18. The battery device (60) according to claim 13 or 17, wherein, The positioning and mating structure (50) includes a blocking portion (53) and a step portion (54). The blocking portion (53) is located on one side of the adjacent plug portion (21) adjacent to the other plug portion (21) in the second direction (dr2). The step portion (54) is located on the other plug portion (21) adjacent to the one plug portion (21) in the second direction (dr2) and has a step inner angle that can at least partially accommodate the blocking portion (53). The blocking part (53) is configured to be inserted into the inner corner of the step to block the step part (54) in the third direction (dr3) and to abut and support the step part (54) in the second direction (dr2) to achieve positioning and engagement of the adjacent plug part (21) in the second direction (dr2) and the third direction (dr3).
19. The battery device (60) according to any one of claims 1-18, further comprising: Multiple battery cells (61); Multiple busbars (62), each busbar (62) being electrically connected to an adjacent battery cell (61) among the multiple battery cells (61); Sampling circuit board (63); and Multiple sampling terminals (64) are electrically connected to the sampling circuit board (63) and to the multiple busbars (62) respectively; The socket (10) of the electrical connector (65) is fixedly mounted on the sampling circuit board (63).
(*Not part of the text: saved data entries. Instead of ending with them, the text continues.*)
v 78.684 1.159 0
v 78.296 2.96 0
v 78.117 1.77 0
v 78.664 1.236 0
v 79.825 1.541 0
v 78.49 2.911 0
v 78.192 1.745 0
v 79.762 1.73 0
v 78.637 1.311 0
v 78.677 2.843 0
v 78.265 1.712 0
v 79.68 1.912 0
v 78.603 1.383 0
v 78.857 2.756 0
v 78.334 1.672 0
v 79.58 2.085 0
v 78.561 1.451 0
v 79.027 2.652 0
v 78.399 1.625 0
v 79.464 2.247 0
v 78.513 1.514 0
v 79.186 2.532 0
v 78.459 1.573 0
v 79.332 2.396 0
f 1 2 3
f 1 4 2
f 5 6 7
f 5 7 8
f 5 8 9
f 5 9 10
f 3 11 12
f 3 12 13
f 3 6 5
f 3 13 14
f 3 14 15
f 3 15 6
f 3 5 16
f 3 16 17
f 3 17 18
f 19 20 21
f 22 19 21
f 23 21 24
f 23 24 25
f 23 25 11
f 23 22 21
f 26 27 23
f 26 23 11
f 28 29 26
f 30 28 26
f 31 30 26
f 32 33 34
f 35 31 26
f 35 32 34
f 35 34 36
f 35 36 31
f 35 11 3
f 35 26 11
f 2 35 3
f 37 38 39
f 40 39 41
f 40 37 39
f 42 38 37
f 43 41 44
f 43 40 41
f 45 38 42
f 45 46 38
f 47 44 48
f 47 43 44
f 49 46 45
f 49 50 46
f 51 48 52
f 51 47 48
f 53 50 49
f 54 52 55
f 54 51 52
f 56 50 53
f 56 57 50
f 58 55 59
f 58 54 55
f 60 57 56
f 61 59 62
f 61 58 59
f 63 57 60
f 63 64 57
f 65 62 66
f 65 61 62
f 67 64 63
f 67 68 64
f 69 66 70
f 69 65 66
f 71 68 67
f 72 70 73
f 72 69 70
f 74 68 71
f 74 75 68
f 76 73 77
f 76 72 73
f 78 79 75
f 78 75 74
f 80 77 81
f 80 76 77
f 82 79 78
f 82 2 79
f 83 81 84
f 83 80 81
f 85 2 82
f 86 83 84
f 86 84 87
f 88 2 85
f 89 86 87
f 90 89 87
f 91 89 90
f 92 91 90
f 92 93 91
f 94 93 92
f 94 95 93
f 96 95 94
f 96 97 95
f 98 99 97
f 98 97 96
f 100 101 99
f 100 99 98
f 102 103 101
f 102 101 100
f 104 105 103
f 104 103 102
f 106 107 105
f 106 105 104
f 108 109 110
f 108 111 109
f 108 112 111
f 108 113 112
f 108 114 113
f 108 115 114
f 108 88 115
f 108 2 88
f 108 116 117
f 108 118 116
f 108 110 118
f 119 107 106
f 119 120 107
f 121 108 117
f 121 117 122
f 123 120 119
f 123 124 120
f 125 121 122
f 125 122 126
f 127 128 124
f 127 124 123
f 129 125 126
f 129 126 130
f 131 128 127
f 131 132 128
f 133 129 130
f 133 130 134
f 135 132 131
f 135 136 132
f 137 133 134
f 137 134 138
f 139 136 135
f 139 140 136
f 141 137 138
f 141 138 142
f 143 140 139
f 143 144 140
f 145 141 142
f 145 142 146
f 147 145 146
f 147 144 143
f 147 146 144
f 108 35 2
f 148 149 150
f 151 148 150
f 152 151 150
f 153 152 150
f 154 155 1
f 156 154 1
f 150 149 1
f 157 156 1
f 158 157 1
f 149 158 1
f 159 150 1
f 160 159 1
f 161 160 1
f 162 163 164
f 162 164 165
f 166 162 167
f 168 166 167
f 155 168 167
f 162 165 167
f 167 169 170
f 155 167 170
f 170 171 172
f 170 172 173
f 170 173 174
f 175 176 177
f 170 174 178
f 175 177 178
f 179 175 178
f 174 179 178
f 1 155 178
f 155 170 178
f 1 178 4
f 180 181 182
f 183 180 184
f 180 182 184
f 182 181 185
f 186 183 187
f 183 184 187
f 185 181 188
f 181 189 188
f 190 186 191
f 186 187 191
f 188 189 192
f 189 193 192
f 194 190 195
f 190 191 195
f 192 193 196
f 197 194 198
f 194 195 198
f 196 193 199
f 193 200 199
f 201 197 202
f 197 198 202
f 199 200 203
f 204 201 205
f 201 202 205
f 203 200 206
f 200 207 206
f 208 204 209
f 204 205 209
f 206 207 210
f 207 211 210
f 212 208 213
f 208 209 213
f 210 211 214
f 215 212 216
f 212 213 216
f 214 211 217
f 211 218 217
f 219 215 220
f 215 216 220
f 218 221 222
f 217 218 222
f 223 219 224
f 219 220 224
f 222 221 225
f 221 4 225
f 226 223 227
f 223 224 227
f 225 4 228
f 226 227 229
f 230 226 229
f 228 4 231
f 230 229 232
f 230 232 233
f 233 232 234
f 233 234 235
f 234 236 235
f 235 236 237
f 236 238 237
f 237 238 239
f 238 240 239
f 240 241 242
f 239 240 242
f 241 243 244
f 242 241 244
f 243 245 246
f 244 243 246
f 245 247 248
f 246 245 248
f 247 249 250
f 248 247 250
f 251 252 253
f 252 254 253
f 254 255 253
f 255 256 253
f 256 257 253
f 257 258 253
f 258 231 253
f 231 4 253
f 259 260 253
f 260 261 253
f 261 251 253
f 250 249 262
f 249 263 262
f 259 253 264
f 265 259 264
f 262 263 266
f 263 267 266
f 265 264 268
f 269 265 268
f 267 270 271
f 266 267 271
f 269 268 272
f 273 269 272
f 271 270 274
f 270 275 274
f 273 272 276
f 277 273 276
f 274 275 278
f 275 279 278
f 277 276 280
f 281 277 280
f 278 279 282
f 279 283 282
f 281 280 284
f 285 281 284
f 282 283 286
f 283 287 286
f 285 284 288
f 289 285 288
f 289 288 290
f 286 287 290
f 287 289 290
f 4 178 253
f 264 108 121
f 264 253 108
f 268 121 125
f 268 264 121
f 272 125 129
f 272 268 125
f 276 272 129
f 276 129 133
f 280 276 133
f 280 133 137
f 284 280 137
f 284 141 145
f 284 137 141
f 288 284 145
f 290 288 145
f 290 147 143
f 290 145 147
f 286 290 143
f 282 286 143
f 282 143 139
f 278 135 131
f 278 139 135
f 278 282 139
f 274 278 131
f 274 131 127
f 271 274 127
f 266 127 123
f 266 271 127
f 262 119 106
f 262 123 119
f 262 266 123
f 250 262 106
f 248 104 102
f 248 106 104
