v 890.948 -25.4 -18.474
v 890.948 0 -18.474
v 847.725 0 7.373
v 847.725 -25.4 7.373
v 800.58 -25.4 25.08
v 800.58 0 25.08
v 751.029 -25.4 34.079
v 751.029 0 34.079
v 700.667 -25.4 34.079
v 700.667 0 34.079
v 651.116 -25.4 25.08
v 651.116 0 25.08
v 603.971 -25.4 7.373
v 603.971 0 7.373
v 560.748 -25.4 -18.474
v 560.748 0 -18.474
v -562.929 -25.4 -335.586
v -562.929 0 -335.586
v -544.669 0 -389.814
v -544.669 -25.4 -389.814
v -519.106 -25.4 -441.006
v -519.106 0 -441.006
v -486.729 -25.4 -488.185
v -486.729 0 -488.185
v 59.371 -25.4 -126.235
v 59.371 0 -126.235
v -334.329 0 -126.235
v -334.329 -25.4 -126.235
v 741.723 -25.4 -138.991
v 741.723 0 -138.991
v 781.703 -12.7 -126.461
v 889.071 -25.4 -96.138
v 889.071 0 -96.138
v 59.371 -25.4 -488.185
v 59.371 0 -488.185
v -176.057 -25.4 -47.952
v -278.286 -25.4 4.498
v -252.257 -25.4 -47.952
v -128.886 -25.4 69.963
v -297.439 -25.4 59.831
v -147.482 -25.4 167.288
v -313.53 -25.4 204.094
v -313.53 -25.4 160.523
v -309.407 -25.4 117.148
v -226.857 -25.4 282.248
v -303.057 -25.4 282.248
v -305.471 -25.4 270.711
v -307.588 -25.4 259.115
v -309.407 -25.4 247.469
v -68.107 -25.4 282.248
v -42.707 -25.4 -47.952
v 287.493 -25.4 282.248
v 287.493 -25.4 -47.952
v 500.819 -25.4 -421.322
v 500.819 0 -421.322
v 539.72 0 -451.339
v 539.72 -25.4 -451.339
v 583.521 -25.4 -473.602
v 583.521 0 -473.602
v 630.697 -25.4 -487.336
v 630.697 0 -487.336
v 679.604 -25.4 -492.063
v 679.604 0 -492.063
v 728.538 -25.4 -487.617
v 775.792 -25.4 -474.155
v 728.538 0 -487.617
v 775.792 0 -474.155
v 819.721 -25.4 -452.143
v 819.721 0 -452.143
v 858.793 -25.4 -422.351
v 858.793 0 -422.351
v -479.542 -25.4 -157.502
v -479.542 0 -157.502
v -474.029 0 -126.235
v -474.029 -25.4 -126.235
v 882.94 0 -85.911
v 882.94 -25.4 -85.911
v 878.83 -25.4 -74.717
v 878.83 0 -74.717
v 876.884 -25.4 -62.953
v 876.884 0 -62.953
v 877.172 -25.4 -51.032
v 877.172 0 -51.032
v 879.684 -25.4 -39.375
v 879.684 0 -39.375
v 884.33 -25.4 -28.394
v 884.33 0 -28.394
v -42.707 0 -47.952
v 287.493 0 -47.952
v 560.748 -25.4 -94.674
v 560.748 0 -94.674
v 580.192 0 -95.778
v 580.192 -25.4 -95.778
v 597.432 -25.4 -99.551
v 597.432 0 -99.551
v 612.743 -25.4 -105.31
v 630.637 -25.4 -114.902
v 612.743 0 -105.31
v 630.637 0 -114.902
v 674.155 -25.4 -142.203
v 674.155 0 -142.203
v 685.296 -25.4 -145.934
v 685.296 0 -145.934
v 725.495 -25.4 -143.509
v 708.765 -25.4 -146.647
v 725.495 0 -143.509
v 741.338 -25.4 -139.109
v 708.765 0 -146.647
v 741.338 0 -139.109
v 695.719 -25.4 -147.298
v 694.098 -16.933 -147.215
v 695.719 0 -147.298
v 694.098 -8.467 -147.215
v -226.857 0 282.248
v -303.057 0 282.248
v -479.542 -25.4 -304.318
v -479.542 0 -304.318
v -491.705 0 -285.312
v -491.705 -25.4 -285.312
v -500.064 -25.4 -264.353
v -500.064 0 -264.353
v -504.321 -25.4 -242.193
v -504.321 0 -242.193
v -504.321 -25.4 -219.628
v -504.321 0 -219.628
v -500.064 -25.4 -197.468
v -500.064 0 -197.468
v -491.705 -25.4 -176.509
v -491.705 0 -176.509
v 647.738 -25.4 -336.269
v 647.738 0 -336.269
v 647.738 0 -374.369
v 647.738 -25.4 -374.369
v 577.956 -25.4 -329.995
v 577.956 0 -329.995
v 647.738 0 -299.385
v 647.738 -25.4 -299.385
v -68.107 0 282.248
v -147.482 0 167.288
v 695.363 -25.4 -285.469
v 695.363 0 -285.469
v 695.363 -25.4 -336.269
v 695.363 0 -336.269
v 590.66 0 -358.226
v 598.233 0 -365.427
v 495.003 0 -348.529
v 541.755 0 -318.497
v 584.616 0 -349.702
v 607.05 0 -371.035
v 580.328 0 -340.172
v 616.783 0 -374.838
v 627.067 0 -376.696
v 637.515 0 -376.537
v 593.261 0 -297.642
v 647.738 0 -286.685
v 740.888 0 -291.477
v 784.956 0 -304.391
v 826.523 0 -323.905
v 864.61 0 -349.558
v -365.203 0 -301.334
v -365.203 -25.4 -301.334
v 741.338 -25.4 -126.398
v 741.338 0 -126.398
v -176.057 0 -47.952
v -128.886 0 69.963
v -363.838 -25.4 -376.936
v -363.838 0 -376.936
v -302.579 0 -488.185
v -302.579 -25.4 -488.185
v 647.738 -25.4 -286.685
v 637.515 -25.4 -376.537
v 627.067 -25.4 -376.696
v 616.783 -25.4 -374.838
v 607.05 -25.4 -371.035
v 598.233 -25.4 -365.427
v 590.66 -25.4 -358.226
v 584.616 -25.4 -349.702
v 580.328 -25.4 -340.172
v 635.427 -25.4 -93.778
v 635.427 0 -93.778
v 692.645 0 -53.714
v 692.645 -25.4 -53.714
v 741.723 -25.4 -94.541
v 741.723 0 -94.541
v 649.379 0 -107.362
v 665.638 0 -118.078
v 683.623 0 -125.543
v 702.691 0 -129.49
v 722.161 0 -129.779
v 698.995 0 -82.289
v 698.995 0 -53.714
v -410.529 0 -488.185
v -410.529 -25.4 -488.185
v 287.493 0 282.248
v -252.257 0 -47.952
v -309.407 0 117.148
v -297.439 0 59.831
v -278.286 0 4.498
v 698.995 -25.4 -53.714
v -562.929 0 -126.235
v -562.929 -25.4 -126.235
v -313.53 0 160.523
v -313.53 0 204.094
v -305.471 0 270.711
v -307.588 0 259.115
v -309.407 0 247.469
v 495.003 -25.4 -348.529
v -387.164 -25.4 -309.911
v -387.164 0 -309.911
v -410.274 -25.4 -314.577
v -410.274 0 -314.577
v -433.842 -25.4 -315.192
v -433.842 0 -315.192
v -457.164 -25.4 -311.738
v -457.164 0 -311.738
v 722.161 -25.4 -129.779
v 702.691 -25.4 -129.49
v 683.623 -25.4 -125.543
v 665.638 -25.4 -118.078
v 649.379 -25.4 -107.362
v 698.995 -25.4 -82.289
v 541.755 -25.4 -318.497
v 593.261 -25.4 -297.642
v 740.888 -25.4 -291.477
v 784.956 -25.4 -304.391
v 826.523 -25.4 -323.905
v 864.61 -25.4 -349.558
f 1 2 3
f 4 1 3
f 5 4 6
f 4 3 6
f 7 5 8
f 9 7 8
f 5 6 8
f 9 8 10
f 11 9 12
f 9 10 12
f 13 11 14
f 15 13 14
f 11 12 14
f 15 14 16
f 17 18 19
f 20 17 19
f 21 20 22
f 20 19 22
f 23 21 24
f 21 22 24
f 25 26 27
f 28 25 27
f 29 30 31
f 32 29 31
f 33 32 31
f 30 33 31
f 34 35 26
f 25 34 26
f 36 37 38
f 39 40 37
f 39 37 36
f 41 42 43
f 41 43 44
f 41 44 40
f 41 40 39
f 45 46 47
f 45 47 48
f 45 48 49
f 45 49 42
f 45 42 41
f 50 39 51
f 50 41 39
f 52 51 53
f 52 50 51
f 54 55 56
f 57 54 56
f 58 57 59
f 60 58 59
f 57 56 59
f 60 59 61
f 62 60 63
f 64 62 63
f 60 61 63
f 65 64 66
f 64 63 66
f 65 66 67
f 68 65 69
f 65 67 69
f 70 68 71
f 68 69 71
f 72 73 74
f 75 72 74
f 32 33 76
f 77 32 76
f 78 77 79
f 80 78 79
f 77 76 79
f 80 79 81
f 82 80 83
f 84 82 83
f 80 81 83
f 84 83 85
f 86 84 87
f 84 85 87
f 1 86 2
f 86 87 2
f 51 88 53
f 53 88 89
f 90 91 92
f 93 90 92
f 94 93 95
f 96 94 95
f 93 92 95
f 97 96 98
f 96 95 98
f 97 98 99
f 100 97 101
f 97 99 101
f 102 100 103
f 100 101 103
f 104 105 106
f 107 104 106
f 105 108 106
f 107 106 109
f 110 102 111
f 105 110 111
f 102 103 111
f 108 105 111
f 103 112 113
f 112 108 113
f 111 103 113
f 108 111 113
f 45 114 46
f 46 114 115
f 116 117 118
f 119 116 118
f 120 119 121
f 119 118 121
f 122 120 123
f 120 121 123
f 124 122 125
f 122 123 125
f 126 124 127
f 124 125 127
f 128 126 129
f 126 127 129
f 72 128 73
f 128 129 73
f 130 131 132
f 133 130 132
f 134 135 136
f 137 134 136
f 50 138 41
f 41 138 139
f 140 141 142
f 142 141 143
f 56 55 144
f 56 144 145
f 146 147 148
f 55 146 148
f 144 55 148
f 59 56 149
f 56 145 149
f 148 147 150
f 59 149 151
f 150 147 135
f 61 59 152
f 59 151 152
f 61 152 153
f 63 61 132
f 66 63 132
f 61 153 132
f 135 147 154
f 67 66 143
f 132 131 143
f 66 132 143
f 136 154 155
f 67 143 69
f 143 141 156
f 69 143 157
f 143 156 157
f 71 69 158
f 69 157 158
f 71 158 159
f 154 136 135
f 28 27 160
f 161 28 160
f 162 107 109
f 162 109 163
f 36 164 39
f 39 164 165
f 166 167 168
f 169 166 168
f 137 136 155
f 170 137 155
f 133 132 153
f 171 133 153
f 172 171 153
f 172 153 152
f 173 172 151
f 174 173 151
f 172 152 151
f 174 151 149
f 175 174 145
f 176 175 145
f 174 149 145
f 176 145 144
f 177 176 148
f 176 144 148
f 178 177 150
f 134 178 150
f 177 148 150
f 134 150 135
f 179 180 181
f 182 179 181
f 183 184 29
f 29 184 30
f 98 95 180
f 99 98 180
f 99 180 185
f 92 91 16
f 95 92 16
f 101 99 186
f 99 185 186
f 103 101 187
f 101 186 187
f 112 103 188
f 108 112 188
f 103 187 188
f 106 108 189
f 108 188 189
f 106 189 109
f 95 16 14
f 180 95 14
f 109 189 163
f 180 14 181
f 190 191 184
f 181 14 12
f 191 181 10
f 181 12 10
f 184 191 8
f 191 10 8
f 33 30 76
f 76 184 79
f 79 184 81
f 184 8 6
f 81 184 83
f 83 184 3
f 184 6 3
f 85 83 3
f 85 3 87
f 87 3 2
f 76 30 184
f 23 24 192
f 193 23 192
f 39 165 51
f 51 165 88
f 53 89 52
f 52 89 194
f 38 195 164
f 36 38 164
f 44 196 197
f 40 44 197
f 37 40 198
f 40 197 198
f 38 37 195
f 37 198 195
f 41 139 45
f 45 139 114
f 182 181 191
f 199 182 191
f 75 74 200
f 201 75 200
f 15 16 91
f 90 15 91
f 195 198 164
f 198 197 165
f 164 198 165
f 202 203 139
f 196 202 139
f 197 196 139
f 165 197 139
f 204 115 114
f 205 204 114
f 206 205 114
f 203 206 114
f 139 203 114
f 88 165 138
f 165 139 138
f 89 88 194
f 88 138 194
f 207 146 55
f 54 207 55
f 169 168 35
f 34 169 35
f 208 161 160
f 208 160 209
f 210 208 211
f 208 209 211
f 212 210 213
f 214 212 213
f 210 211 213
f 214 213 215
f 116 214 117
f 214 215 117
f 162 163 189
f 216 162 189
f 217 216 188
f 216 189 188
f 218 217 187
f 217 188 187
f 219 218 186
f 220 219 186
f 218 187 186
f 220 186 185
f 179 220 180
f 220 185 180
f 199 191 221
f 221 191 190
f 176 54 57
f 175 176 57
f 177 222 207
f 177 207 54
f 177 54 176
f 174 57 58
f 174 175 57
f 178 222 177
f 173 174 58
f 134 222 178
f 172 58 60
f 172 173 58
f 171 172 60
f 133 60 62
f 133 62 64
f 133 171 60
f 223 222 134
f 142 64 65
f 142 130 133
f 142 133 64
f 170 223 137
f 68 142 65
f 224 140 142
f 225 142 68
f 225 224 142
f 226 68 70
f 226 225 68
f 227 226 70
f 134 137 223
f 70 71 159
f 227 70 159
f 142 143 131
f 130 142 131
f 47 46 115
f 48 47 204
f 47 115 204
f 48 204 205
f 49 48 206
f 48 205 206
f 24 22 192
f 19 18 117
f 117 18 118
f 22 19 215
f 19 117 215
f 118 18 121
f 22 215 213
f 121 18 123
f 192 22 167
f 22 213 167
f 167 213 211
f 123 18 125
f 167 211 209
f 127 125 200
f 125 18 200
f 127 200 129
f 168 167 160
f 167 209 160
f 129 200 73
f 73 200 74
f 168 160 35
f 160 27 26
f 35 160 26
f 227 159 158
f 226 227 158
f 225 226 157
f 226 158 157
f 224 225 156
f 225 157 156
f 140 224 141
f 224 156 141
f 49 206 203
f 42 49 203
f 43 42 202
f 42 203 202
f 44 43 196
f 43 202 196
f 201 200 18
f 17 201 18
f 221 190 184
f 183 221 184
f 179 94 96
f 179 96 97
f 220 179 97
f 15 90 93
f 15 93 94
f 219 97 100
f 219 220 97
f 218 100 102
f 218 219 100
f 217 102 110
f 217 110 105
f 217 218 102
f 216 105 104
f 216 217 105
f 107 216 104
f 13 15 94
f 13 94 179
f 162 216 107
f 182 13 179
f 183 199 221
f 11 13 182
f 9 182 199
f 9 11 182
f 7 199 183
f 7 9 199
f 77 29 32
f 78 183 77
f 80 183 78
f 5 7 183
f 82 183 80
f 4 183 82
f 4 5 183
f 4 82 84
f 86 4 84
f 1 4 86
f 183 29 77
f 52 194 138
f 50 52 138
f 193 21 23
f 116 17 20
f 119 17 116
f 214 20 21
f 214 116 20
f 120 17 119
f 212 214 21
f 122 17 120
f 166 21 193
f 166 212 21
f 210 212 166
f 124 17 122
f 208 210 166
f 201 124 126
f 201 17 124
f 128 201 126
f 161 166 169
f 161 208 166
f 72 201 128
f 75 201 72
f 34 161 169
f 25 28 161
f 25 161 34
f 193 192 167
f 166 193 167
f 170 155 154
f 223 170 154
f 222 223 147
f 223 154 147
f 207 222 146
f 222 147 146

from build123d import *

# Parameters (mm, degrees)
F1_DEPTH = 25.4
F3_DEPTH = 25.4
F5_DEPTH = 25.4
F7_DEPTH = 25.4


with BuildPart() as f1:
    # F0 (on Front) → F1 (new body)
    with BuildSketch(Plane.XZ):
        with BuildLine():
            Line((-226.8574877262, 282.2478941011), (-303.0574877262, 282.2478941011))
            ThreePointArc((-303.0574877262, 282.2478941011), (-306.5667724299, 264.9196984604), (-309.4074877262, 247.4694325626))
            Line((-309.4074877262, 247.4694325626), (-309.4074877262, 117.1478941011))
            ThreePointArc((-309.4074877262, 117.1478941011), (-288.7438958182, 31.8593297616), (-252.2574877262, -47.9521058989))
            Line((-252.2574877262, -47.9521058989), (-176.0574877262, -47.9521058989))
            Line((-176.0574877262, -47.9521058989), (-128.8860591548, 69.9625086598))
            Line((-128.8860591548, 69.9625086598), (-42.7074877262, -47.9521058989))
            Line((-42.7074877262, -47.9521058989), (287.4925122738, -47.9521058989))
            Line((287.4925122738, -47.9521058989), (287.4925122738, 282.2478941011))
            Line((287.4925122738, 282.2478941011), (-68.1074877262, 282.2478941011))
            Line((-68.1074877262, 282.2478941011), (-147.4824877262, 167.2883387132))
            Line((-147.4824877262, 167.2883387132), (-226.8574877262, 282.2478941011))
        make_face()
        with BuildLine():
            Line((-309.4074877262, 117.1478941011), (-309.4074877262, 247.4694325626))
            ThreePointArc((-309.4074877262, 247.4694325626), (-314.0466817929, 182.3086633319), (-309.4074877262, 117.1478941011))
        make_face()
    extrude(amount=F1_DEPTH)


with BuildPart() as f3:
    # F2 (on Front) → F3 (new body)
    with BuildSketch(Plane.XZ):
        with BuildLine():
            Line((-474.0288363537, -126.2347238485), (-562.9288363537, -126.2347238485))
            Line((-562.9288363537, -126.2347238485), (-562.9288363537, -335.5858655814))
            ThreePointArc((-562.9288363537, -335.5858655814), (-532.7732824419, -415.8523413809), (-486.7288363537, -488.1847238485))
            Line((-486.7288363537, -488.1847238485), (-410.5288363537, -488.1847238485))
            Line((-410.5288363537, -488.1847238485), (-363.8376598831, -376.9356495162))
            Line((-363.8376598831, -376.9356495162), (-302.5788363537, -488.1847238485))
            Line((-302.5788363537, -488.1847238485), (59.3711636463, -488.1847238485))
            Line((59.3711636463, -488.1847238485), (59.3711636463, -126.2347238485))
            Line((59.3711636463, -126.2347238485), (-334.3288363537, -126.2347238485))
            Line((-334.3288363537, -126.2347238485), (-365.2034823429, -301.3335423341))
20. An electrical connector (65), comprising: The socket (10) has multiple slots (11), each slot (11) having at least one first pin (12). and The split plug (20) includes multiple plug portions (21) for connecting multiple sets of cables (CA) respectively, the multiple plug portions (21) being inserted into the multiple slots (11) respectively, each plug portion (21) having at least one second pin (211) and being electrically connected to at least one first pin (12) in the corresponding slot (11) through the at least one second pin (211); Each plug portion (21) is configured to be fixedly connected to the end of the cable (CA) of the corresponding group, and is electrically connected to the cable (CA) of the corresponding group via the at least one second pin (211).
21. An electrical appliance, comprising: The battery device (60) according to any one of claims 1-19 or the electrical connector (65) according to claim 20.